Machine Learning With Python On The Enron Dataset
##Investigating Fraud using Scikit-learn
Author’s Note: The following machine learning project was completed as part of the Udacity Data Analyst Nanodegree that I finished in May 2017. All of the code can be found on my GitHub repository for the class. I highly recommend the course to anyone interested in data analysis (that is anyone who wants to make sense of the mass amounts of data generated in our modern world) as well as to those who want to learn basic programming skills in an project-focused format.
Introduction
Dataset Background
The Enron email + financial dataset is a trove of information regarding the Enron Corporation, an energy, commodities, and services company that infamously went bankrupt in December 2001 as a result of fraudulent business practices. In the aftermath of the company’s collapse, the Federal Energy Regulatory Commission released more 1.6 million emails sent and received by Enron executives in the years from 2000–2002 (History of Enron). After numerous complaints regarding the sensitive nature of the emails, the FERC redacted a large portion of the emails, but about 0.5 million remain available to the public. The email + financial data contains the emails themselves, metadata about the emails such as number received by and sent from each individual, and financial information including salary and stock options. The Enron dataset has become a valuable training and testing ground for machine learning practicioners to try and develop models that can identify the persons of interests (POIs) from the features within the data. The persons of interest are the individuals who were eventually tried for fraud or criminal activity in the Enron investigation and include several top level executives. The objective of this project was to create a machine learning model that could separate out the POIs.

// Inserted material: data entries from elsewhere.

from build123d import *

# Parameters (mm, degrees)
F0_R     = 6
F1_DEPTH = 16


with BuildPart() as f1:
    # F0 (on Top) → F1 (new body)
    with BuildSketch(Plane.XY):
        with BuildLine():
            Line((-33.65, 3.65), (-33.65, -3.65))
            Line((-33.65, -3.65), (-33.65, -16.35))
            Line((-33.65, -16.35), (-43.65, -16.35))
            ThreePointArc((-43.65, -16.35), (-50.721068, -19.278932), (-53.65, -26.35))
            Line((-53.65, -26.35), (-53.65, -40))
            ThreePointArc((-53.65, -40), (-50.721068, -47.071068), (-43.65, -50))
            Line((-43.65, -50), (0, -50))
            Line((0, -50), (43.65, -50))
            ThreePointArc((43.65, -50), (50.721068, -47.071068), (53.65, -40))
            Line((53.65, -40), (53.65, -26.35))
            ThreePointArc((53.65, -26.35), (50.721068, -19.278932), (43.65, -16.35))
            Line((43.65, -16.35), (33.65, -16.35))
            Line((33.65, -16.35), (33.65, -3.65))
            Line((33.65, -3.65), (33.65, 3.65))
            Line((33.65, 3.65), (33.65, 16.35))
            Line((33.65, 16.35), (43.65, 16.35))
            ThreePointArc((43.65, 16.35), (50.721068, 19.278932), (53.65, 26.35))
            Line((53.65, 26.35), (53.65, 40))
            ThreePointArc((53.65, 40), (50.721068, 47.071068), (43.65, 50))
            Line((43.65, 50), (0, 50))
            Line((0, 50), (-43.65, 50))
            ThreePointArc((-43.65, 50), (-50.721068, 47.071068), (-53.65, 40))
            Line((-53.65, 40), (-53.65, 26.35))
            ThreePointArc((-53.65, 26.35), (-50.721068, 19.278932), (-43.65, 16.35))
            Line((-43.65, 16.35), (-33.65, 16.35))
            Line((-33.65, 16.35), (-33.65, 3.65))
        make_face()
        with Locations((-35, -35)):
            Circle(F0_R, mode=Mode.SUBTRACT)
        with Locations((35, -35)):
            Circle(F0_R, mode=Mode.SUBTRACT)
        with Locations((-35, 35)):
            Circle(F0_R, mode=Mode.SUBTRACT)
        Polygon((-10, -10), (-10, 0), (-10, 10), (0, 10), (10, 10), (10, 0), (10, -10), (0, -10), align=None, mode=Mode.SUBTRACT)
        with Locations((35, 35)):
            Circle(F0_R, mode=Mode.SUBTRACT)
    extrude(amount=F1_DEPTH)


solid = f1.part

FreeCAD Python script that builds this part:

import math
import FreeCAD as App
import Part
import Sketcher
from FreeCAD import Vector
Q = App.Units.Quantity


def add_polygon(sketch, points):
    """Adds a closed chain of lines whose ends are joined by coincident constraints."""
    first, n = sketch.GeometryCount, len(points)
    for a, b in zip(points, points[1:] + points[:1]):
        sketch.addGeometry(Part.LineSegment(App.Vector(*a, 0), App.Vector(*b, 0)), False)
    for i in range(n):
        sketch.addConstraint(Sketcher.Constraint("Coincident", first + i, 2, first + (i + 1) % n, 1))

doc = App.newDocument("Part")
body = doc.addObject("PartDesign::Body", "Body")

# Sketch on XY plane
sketch1 = body.newObject("Sketcher::SketchObject", "Sketch")
sketch1.AttachmentSupport = (doc.getObject("XY_Plane"), [""])
sketch1.MapMode = "FlatFace"
sketch1.addGeometry(Part.LineSegment(Vector(-34, -16, 0), Vector(-44, -16, 0)), False)  # 0
sketch1.addGeometry(Part.ArcOfCircle(Part.Circle(Vector(-44, -26, 0), Vector(0, 0, 1), 10), math.radians(90), math.radians(180)), False)  # 1
sketch1.addGeometry(Part.LineSegment(Vector(-54, -26, 0), Vector(-54, -40, 0)), False)  # 2
sketch1.addGeometry(Part.ArcOfCircle(Part.Circle(Vector(-44, -40, 0), Vector(0, 0, 1), 10), math.radians(180), math.radians(270)), False)  # 3
sketch1.addGeometry(Part.LineSegment(Vector(-44, -50, 0), Vector(44, -50, 0)), False)  # 4
sketch1.addGeometry(Part.ArcOfCircle(Part.Circle(Vector(44, -40, 0), Vector(0, 0, 1), 10), math.radians(-90), math.radians(0)), False)  # 5
sketch1.addGeometry(Part.LineSegment(Vector(54, -40, 0), Vector(54, -26, 0)), False)  # 6
sketch1.addGeometry(Part.ArcOfCircle(Part.Circle(Vector(44, -26, 0), Vector(0, 0, 1), 10), math.radians(0), math.radians(90)), False)  # 7
sketch1.addGeometry(Part.LineSegment(Vector(44, -16, 0), Vector(34, -16, 0)), False)  # 8
sketch1.addGeometry(Part.LineSegment(Vector(34, -16, 0), Vector(34, 16, 0)), False)  # 9
sketch1.addGeometry(Part.LineSegment(Vector(34, 16, 0), Vector(44, 16, 0)), False)  # 10
sketch1.addGeometry(Part.ArcOfCircle(Part.Circle(Vector(44, 26, 0), Vector(0, 0, 1), 10), math.radians(-90), math.radians(0)), False)  # 11
sketch1.addGeometry(Part.LineSegment(Vector(54, 26, 0), Vector(54, 40, 0)), False)  # 12
sketch1.addGeometry(Part.ArcOfCircle(Part.Circle(Vector(44, 40, 0), Vector(0, 0, 1), 10), math.radians(0), math.radians(90)), False)  # 13
sketch1.addGeometry(Part.LineSegment(Vector(44, 50, 0), Vector(-44, 50, 0)), False)  # 14
sketch1.addGeometry(Part.ArcOfCircle(Part.Circle(Vector(-44, 40, 0), Vector(0, 0, 1), 10), math.radians(90), math.radians(180)), False)  # 15
sketch1.addGeometry(Part.LineSegment(Vector(-54, 40, 0), Vector(-54, 26, 0)), False)  # 16
sketch1.addGeometry(Part.ArcOfCircle(Part.Circle(Vector(-44, 26, 0), Vector(0, 0, 1), 10), math.radians(180), math.radians(270)), False)  # 17
sketch1.addGeometry(Part.LineSegment(Vector(-44, 16, 0), Vector(-34, 16, 0)), False)  # 18
sketch1.addGeometry(Part.LineSegment(Vector(-34, 16, 0), Vector(-34, -16, 0)), False)  # 19
sketch1.addGeometry(Part.Circle(Vector(-35, -35, 0), Vector(0, 0, 1), 6), False)  # 20
sketch1.addGeometry(Part.Circle(Vector(35, -35, 0), Vector(0, 0, 1), 6), False)  # 21
sketch1.addGeometry(Part.Circle(Vector(-35, 35, 0), Vector(0, 0, 1), 6), False)  # 22
add_polygon(sketch1, [(10, -10), (-10, -10), (-10, 10), (10, 10)])  # lines 23-26
sketch1.addGeometry(Part.Circle(Vector(35, 35, 0), Vector(0, 0, 1), 6), False)  # 27
sketch1.addConstraint(Sketcher.Constraint("Tangent", 0, 2, 1, 1))
sketch1.addConstraint(Sketcher.Constraint("Tangent", 1, 2, 2, 1))
sketch1.addConstraint(Sketcher.Constraint("Tangent", 2, 2, 3, 1))
sketch1.addConstraint(Sketcher.Constraint("Tangent", 3, 2, 4, 1))
sketch1.addConstraint(Sketcher.Constraint("Tangent", 4, 2, 5, 1))
sketch1.addConstraint(Sketcher.Constraint("Tangent", 5, 2, 6, 1))
sketch1.addConstraint(Sketcher.Constraint("Tangent", 6, 2, 7, 1))
sketch1.addConstraint(Sketcher.Constraint("Tangent", 7, 2, 8, 1))
sketch1.addConstraint(Sketcher.Constraint("Coincident", 8, 2, 9, 1))
sketch1.addConstraint(Sketcher.Constraint("Coincident", 9, 2, 10, 1))
sketch1.addConstraint(Sketcher.Constraint("Tangent", 10, 2, 11, 1))
sketch1.addConstraint(Sketcher.Constraint("Tangent", 11, 2, 12, 1))
sketch1.addConstraint(Sketcher.Constraint("Tangent", 12, 2, 13, 1))
sketch1.addConstraint(Sketcher.Constraint("Tangent", 13, 2, 14, 1))
sketch1.addConstraint(Sketcher.Constraint("Tangent", 14, 2, 15, 1))
sketch1.addConstraint(Sketcher.Constraint("Tangent", 15, 2, 16, 1))
sketch1.addConstraint(Sketcher.Constraint("Tangent", 16, 2, 17, 1))
sketch1.addConstraint(Sketcher.Constraint("Tangent", 17, 2, 18, 1))
sketch1.addConstraint(Sketcher.Constraint("Coincident", 18, 2, 19, 1))
sketch1.addConstraint(Sketcher.Constraint("Coincident", 19, 2, 0, 1))
sketch1.addConstraint(Sketcher.Constraint("Horizontal", 0))
sketch1.addConstraint(Sketcher.Constraint("Vertical", 2))
sketch1.addConstraint(Sketcher.Constraint("Horizontal", 4))
sketch1.addConstraint(Sketcher.Constraint("Vertical", 6))
sketch1.addConstraint(Sketcher.Constraint("Horizontal", 8))
sketch1.addConstraint(Sketcher.Constraint("Vertical", 9))
sketch1.addConstraint(Sketcher.Constraint("Horizontal", 10))
sketch1.addConstraint(Sketcher.Constraint("Vertical", 12))
sketch1.addConstraint(Sketcher.Constraint("Horizontal", 14))
sketch1.addConstraint(Sketcher.Constraint("Vertical", 16))
sketch1.addConstraint(Sketcher.Constraint("Horizontal", 18))
sketch1.addConstraint(Sketcher.Constraint("Vertical", 19))
sketch1.addConstraint(Sketcher.Constraint("Horizontal", 23))
sketch1.addConstraint(Sketcher.Constraint("Vertical", 24))
sketch1.addConstraint(Sketcher.Constraint("Horizontal", 25))
sketch1.addConstraint(Sketcher.Constraint("Vertical", 26))
sketch1.addConstraint(Sketcher.Constraint("Equal", 1, 3))
sketch1.addConstraint(Sketcher.Constraint("Equal", 3, 5))
sketch1.addConstraint(Sketcher.Constraint("Equal", 5, 7))
sketch1.addConstraint(Sketcher.Constraint("Equal", 7, 11))
sketch1.addConstraint(Sketcher.Constraint("Equal", 11, 13))
sketch1.addConstraint(Sketcher.Constraint("Equal", 13, 15))
sketch1.addConstraint(Sketcher.Constraint("Equal", 15, 17))
sketch1.addConstraint(Sketcher.Constraint("Equal", 20, 21))
sketch1.addConstraint(Sketcher.Constraint("Equal", 21, 22))
sketch1.addConstraint(Sketcher.Constraint("Equal", 22, 27))
sketch1.addConstraint(Sketcher.Constraint("Symmetric", 1, 3, 11, 3, -1, 1))
sketch1.addConstraint(Sketcher.Constraint("Symmetric", 5, 3, 15, 3, -1, 1))
sketch1.addConstraint(Sketcher.Constraint("Symmetric", 21, 3, 22, 3, -1, 1))
sketch1.addConstraint(Sketcher.Constraint("Symmetric", 20, 3, 27, 3, -1, 1))
sketch1.addConstraint(Sketcher.Constraint("Symmetric", 8, 2, 18, 2, -1, 1))
sketch1.addConstraint(Sketcher.Constraint("Symmetric", 23, 2, 25, 2, -1, 1))
sketch1.addConstraint(Sketcher.Constraint("Symmetric", 1, 3, 7, 3, -2))
sketch1.addConstraint(Sketcher.Constraint("Symmetric", 20, 3, 21, 3, -2))
sketch1.addConstraint(Sketcher.Constraint("Equal", 25, 24))
sketch1.addConstraint(Sketcher.Constraint("Diameter", 20, Q("12 mm")))
sketch1.addConstraint(Sketcher.Constraint("Radius", 1, Q("9.999999 mm")))
sketch1.addConstraint(Sketcher.Constraint("DistanceX", 0, 2, 0, 1, Q("10 mm")))
sketch1.addConstraint(Sketcher.Constraint("DistanceX", 23, 2, 23, 1, Q("20 mm")))
sketch1.addConstraint(Sketcher.Constraint("DistanceX", 4, 1, 4, 2, Q("87.3 mm")))
sketch1.addConstraint(Sketcher.Constraint("DistanceY", 9, 1, 9, 2, Q("32.7 mm")))
sketch1.addConstraint(Sketcher.Constraint("DistanceY", 3, 3, -1, 1, Q("40.000001 mm")))
sketch1.addConstraint(Sketcher.Constraint("DistanceX", 20, 3, -1, 1, Q("35 mm")))
sketch1.addConstraint(Sketcher.Constraint("DistanceY", 20, 3, -1, 1, Q("35 mm")))
pad1 = body.newObject("PartDesign::Pad", "Pad")
pad1.Profile = sketch1
pad1.Length = 16

doc.recompute()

I choose not to use the text contained within the emails as input for my classifier, but rather the metadata about the emails and the financial information. The ultimate objective of investigating the Enron dataset is to be able to predict cases of fraud or unsafe business practices far in advance, so those responsible can be punished, and those who are innocent are not harmed. Machine learning holds the promise of a world with no more Enrons, so let’s get started!